Na prática, contudo, a administração pública, incluindo a Administração Fazendária dos Estados, não estava vinculada ao entendimento do STF e do STJ. Assim, aqueles contribuintes que não tinham decisão judicial favorável, afastando a incidência do ICMS na transferência de mercadorias entre seus estabelecimentos, eram obrigados, quando realizavam operações de transferência, a efetuar o recolhimento do ICMS, sob pena de autuação pelos fiscos estaduais.

Havia, portanto, grande insegurança jurídica, pois somente aqueles que buscavam o judiciário estavam livres do recolhimento do ICMS nas situações de transferência de mercadorias entre os estabelecimentos de mesma titularidade.

De certo modo, os princípios da isonomia e da livre concorrência eram violados. O texto constitucional, em regra, não permite o tratamento desigual entre contribuintes que se encontrem em situação equivalente, não havendo espaço, pelo desenho constitucional, para a criação de um cenário em que há vantagem desproporcional a concorrentes em situação equivalente.

Era, pois, justamente o que ocorria. Os contribuintes que não tinham decisão judicial favorável estavam obrigados ao recolhimento do ICMS na transferência de mercadorias entre seus estabelecimentos, o que era causa de nítida desvantagem econômica com aqueles que buscavam o Poder Judiciário.

A controvérsia existente entre o Judiciário e o Legislativo ensejou o ajuizamento da Ação Declaratória de Constitucionalidade (ADC n° 49), pelo estado do Rio Grande do Norte. A ADC, em resumo, buscava o pronunciamento do STF quanto à incidência do ICMS sobre o deslocamento de mercadorias entre estabelecimentos do mesmo titular localizados em estados federados distintos.

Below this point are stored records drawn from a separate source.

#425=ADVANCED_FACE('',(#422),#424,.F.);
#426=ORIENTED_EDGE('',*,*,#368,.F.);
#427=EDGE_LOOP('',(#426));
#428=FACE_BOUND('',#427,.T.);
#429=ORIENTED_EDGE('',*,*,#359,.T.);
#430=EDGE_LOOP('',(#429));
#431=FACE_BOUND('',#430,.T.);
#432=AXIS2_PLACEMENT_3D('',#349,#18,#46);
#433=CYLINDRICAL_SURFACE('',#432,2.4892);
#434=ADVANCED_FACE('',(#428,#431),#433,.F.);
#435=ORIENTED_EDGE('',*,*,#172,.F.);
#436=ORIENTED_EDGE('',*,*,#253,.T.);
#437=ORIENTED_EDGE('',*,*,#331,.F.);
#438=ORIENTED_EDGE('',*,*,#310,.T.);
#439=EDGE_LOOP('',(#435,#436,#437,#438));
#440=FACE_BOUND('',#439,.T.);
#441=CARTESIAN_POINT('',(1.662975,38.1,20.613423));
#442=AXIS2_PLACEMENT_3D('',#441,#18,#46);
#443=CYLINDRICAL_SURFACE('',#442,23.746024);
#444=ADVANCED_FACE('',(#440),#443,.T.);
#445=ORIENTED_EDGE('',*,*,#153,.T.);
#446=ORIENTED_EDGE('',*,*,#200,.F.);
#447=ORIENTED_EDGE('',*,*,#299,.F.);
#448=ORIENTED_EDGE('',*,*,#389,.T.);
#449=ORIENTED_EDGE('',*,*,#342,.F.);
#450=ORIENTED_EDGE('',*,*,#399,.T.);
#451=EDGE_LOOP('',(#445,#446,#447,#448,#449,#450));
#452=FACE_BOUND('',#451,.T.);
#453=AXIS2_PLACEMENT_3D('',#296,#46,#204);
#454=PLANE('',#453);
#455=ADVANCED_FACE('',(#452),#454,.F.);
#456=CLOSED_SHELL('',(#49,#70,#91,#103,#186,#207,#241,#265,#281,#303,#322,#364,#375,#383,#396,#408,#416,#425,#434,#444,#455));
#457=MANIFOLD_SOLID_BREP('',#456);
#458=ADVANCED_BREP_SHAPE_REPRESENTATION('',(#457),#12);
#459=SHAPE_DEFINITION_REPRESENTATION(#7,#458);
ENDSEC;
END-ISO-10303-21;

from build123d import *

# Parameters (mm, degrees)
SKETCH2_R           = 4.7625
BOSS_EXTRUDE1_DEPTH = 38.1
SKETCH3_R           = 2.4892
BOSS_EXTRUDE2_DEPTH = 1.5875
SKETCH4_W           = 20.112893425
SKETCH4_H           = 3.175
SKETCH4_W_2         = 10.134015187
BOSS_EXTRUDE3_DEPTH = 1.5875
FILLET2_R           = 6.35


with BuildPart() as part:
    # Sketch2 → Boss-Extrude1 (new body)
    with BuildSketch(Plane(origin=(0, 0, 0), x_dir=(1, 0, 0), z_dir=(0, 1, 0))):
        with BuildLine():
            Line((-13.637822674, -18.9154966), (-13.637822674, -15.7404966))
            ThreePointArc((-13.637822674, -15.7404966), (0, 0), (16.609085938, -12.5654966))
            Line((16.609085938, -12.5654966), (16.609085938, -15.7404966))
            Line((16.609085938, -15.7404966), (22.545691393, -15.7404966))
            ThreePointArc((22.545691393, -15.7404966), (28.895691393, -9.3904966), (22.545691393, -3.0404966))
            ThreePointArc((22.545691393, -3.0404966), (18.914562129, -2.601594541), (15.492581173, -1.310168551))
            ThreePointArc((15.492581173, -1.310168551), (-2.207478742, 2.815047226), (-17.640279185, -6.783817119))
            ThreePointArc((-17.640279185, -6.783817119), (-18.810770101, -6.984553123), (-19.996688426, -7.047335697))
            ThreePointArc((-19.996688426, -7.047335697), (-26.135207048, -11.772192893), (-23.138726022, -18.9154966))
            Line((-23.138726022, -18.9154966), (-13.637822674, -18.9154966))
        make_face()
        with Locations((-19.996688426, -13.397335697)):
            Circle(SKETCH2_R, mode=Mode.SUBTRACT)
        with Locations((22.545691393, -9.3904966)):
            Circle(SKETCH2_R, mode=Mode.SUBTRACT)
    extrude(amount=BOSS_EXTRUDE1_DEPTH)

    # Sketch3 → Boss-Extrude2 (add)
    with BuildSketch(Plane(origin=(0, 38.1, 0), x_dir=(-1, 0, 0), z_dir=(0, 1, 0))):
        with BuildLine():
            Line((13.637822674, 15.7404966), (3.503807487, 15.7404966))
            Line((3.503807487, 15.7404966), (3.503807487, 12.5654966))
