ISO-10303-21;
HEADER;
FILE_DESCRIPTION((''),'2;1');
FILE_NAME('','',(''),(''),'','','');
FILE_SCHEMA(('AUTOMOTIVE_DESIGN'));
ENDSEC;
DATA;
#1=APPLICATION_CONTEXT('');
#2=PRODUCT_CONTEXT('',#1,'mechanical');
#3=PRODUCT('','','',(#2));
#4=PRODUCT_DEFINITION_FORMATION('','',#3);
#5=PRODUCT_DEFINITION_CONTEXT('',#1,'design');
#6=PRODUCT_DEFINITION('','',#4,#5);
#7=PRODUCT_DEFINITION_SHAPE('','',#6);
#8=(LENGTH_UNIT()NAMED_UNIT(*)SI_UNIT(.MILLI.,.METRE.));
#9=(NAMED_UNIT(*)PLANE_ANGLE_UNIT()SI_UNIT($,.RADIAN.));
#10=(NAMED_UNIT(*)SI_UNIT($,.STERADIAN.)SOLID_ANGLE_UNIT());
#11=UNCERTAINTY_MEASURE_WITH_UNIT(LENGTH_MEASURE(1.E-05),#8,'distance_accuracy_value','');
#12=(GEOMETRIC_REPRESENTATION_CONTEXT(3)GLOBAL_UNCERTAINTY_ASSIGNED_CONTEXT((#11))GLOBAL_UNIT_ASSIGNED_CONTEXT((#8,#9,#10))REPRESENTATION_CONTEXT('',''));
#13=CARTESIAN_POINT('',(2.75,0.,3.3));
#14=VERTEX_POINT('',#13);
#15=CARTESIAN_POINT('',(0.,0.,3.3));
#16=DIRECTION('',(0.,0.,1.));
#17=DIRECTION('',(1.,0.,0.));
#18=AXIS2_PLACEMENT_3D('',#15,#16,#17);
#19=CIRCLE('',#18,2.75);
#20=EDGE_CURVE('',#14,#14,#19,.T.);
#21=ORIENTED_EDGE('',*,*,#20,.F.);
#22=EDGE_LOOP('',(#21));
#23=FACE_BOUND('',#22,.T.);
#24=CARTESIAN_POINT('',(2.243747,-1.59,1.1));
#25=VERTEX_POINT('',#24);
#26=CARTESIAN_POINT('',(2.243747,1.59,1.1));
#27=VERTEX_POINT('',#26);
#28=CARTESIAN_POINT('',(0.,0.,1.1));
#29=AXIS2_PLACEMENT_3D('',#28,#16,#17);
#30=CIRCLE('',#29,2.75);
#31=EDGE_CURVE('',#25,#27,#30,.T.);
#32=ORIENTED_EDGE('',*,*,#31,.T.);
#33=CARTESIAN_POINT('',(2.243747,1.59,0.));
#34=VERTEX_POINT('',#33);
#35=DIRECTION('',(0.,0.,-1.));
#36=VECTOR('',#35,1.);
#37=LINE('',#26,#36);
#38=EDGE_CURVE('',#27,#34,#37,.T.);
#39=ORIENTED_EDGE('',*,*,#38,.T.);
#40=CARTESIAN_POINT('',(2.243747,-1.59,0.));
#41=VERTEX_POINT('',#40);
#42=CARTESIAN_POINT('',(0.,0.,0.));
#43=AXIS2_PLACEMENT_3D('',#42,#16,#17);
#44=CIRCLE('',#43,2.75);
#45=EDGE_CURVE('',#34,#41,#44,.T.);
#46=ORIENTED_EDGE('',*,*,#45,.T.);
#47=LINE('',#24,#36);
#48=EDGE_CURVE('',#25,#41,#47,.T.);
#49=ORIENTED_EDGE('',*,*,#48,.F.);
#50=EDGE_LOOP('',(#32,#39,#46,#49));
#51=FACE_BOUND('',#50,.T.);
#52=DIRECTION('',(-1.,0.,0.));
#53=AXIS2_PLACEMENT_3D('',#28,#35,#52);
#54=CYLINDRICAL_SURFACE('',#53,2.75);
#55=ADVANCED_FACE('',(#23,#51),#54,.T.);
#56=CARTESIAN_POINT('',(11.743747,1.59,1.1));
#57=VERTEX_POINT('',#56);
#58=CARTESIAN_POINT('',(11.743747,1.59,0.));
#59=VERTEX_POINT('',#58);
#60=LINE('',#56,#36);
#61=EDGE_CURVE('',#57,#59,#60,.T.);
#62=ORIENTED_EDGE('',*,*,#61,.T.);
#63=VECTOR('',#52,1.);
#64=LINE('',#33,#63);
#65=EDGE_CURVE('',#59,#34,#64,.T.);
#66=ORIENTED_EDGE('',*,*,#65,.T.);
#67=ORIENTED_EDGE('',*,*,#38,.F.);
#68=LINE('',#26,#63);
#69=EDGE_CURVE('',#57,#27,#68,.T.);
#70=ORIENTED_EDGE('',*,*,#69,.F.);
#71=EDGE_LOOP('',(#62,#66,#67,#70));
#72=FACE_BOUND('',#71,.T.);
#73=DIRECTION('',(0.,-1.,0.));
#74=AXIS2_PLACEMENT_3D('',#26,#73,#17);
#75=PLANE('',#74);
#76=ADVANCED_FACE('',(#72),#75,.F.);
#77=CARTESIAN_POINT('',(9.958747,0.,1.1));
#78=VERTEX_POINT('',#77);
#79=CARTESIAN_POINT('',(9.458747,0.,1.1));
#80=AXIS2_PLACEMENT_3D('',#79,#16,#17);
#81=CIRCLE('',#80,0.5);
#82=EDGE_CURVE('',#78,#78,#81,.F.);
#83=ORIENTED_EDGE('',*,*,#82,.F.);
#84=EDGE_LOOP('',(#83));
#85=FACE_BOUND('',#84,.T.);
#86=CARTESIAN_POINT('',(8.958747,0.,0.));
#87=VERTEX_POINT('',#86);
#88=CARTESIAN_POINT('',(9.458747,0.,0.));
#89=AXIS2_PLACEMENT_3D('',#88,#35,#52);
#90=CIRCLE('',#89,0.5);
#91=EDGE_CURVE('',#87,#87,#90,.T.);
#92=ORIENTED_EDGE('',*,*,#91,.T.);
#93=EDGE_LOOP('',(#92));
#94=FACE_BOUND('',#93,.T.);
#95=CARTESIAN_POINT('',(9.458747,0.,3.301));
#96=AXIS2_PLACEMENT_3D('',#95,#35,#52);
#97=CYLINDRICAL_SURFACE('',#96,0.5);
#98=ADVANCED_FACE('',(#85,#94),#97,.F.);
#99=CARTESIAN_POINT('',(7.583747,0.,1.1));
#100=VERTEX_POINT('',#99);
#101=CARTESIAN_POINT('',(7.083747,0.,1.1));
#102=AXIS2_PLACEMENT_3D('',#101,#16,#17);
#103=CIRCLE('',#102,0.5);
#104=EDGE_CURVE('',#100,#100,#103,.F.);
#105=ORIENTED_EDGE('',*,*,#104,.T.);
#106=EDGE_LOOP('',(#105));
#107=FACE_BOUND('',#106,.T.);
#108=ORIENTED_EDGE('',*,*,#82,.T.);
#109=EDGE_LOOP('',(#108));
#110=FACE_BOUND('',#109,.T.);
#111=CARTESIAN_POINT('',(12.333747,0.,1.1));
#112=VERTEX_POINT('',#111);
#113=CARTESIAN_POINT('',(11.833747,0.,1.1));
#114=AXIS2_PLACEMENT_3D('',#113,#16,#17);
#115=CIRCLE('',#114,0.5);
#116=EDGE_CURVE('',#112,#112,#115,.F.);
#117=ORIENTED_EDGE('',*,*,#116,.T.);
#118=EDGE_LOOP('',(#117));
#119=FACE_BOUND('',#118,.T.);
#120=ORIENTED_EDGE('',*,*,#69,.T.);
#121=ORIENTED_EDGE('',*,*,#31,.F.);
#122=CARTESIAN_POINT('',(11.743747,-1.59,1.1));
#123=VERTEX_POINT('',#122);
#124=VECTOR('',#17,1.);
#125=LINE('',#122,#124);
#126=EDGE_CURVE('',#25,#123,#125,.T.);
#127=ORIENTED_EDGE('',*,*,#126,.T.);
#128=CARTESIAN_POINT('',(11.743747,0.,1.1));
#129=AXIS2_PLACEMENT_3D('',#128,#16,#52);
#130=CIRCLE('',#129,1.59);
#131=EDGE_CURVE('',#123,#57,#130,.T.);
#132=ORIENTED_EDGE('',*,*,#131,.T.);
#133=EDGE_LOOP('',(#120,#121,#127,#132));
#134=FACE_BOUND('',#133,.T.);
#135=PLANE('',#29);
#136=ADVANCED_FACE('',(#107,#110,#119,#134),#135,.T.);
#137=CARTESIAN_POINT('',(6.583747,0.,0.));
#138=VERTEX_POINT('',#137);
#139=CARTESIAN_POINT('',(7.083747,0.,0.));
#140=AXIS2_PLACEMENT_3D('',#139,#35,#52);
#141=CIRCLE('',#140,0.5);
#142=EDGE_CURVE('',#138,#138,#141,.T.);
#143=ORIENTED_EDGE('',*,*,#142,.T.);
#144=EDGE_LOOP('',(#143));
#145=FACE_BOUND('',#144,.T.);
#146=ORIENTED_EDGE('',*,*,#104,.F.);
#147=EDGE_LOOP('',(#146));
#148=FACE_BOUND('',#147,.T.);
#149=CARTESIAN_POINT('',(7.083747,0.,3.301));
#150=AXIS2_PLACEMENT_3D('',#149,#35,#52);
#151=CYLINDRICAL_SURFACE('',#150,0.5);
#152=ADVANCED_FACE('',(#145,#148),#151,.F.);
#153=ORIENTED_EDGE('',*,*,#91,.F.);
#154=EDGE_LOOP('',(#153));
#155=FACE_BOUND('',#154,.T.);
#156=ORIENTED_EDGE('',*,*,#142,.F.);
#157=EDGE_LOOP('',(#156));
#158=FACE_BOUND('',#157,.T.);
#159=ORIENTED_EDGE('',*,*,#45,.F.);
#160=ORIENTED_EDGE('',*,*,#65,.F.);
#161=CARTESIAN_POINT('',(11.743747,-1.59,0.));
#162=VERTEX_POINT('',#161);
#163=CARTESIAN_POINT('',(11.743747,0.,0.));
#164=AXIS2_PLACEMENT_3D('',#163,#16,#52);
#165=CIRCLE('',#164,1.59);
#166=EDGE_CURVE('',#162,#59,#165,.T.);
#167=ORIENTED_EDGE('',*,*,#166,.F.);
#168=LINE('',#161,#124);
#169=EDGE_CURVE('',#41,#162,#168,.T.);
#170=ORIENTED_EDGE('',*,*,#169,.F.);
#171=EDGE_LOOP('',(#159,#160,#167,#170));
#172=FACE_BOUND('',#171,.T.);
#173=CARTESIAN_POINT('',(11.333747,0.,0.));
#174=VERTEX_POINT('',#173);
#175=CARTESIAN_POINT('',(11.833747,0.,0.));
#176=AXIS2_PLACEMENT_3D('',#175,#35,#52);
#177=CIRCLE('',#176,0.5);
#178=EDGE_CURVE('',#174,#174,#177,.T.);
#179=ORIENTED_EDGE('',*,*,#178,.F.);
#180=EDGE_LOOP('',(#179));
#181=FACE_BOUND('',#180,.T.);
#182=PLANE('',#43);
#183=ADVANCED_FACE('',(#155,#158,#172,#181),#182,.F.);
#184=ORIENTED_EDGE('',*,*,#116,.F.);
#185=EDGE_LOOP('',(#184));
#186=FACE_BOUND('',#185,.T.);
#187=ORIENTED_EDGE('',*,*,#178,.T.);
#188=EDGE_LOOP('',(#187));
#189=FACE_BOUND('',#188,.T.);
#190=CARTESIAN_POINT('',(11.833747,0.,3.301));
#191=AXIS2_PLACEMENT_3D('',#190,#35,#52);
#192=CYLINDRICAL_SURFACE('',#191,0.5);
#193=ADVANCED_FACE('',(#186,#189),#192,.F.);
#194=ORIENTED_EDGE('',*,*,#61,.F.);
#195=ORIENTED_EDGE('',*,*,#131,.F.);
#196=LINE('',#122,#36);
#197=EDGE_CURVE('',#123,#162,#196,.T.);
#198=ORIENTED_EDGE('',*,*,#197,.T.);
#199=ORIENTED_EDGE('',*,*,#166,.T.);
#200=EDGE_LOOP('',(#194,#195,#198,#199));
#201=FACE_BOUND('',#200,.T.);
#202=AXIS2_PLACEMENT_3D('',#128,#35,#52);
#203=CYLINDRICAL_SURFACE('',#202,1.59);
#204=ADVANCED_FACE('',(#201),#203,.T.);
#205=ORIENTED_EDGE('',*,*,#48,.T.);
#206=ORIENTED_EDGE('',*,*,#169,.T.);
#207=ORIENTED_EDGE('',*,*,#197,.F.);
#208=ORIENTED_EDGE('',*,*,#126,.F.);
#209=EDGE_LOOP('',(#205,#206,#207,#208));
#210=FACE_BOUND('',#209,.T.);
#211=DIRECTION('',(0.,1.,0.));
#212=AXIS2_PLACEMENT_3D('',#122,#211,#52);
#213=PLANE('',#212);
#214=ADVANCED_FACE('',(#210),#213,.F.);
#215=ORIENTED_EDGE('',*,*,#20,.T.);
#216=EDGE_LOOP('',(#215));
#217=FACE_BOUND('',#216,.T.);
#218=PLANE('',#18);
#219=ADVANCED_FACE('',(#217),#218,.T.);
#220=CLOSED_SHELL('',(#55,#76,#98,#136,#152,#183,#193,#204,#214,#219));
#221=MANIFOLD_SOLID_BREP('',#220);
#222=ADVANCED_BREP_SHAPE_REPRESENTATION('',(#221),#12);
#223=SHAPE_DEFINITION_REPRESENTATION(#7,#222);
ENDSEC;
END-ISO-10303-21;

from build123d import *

# Parameters (mm, degrees)
BOSS_EXTRUDE1_DEPTH = 1.1
SKETCH2_R           = 2.75
BOSS_EXTRUDE2_DEPTH = 2.2
CUT_EXTRUDE1_REACH  = 5.3
SKETCH3_R           = 0.5


with BuildPart() as part:
    # Sketch1 → Boss-Extrude1 (new body)
    with BuildSketch(Plane.XY):
        with BuildLine():
            Line((2.243746866, 1.59), (11.743746866, 1.59))
            ThreePointArc((11.743746866, 1.59), (13.333746866, 0), (11.743746866, -1.59))
            Line((11.743746866, -1.59), (2.243746866, -1.59))
            ThreePointArc((2.243746866, -1.59), (-2.75, 0), (2.243746866, 1.59))
        make_face()
    extrude(amount=BOSS_EXTRUDE1_DEPTH)

    # Sketch2 → Boss-Extrude2 (add)
    with BuildSketch(Plane.XY.offset(1.1)):
        Circle(SKETCH2_R)
    extrude(amount=BOSS_EXTRUDE2_DEPTH)

    # Sketch3 → Cut-Extrude1 (cut, up to next)
    with BuildSketch(Plane(origin=(0, 0, 0), x_dir=(-1, 0, 0), z_dir=(0, 0, -1)), mode=Mode.PRIVATE) as cut_extrude1_sk1:
        with Locations((-11.833746866, 0)):
            Circle(SKETCH3_R)
    cut_extrude1_tool1 = extrude(cut_extrude1_sk1.sketch, amount=-CUT_EXTRUDE1_REACH, mode=Mode.PRIVATE) & part.part
    add(cut_extrude1_tool1.solids().sort_by_distance((11.833747, 0, 0))[0], mode=Mode.SUBTRACT)
    # Sketch3 → Cut-Extrude1 (cut, up to next)
    with BuildSketch(Plane(origin=(0, 0, 0), x_dir=(-1, 0, 0), z_dir=(0, 0, -1)), mode=Mode.PRIVATE) as cut_extrude1_sk2:
        with Locations((-9.458746866, 0)):
            Circle(SKETCH3_R)
    cut_extrude1_tool2 = extrude(cut_extrude1_sk2.sketch, amount=-CUT_EXTRUDE1_REACH, mode=Mode.PRIVATE) & part.part
    add(cut_extrude1_tool2.solids().sort_by_distance((9.458747, 0, 0))[0], mode=Mode.SUBTRACT)
    # Sketch3 → Cut-Extrude1 (cut, up to next)
    with BuildSketch(Plane(origin=(0, 0, 0), x_dir=(-1, 0, 0), z_dir=(0, 0, -1)), mode=Mode.PRIVATE) as cut_extrude1_sk3:
        with Locations((-7.083746866, 0)):
            Circle(SKETCH3_R)
    cut_extrude1_tool3 = extrude(cut_extrude1_sk3.sketch, amount=-CUT_EXTRUDE1_REACH, mode=Mode.PRIVATE) & part.part
    add(cut_extrude1_tool3.solids().sort_by_distance((7.083747, 0, 0))[0], mode=Mode.SUBTRACT)


solid = part.part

Em 2021, no julgamento da ADC nº 49, o STF, por unanimidade, declarou inconstitucional o trecho da Lei Kandir que possibilitava aos fiscos estaduais exigirem o recolhimento do ICMS nas transferências entre estabelecimentos da mesma empresa.

A decisão, dotada de eficácia geral e vinculante, parecia que tinha encerrado a discussão. Contudo, em 19 de abril de 2023, o STF, com a pretensão de proteger a segurança jurídica e o interesse social, modulou os efeitos da decisão proferida no julgamento da ADC nº 49, determinando que apenas a partir de 1º de janeiro de 2024 não haveria incidência do ICMS nas transferências de mercadorias entre matriz e filial. Com isso, somente aqueles que tinham decisão favorável continuavam desobrigados ao recolhimento do ICMS incidente nas referidas operações. Para os demais, o ICMS apenas não incidiria a partir de 1/1/2024.

Com a finalidade de uniformizar o entendimento do Supremo Tribunal Federal, na ADC n° 49, o Congresso Nacional aprovou a Lei Complementar n° 204/2023, afastando de forma inequívoca a possibilidade de incidência do ICMS na transferência de mercadorias entre matriz e filial. Assim como a decisão proferida pelo STF em sede de modulação de efeitos, a Lei Complementar n° 204/2023 começou a gerar efeitos a partir de 1/1/2024.

A alteração é importante, pois corrige uma antinomia constante no texto da Lei Kandir, garante a isonomia entre os contribuintes do ICMS e assegura a segurança jurídica de que não serão tributados pelo ICMS quando realizam o deslocamento de mercadorias entre estabelecimentos do mesmo titular localizados em estados federados distintos.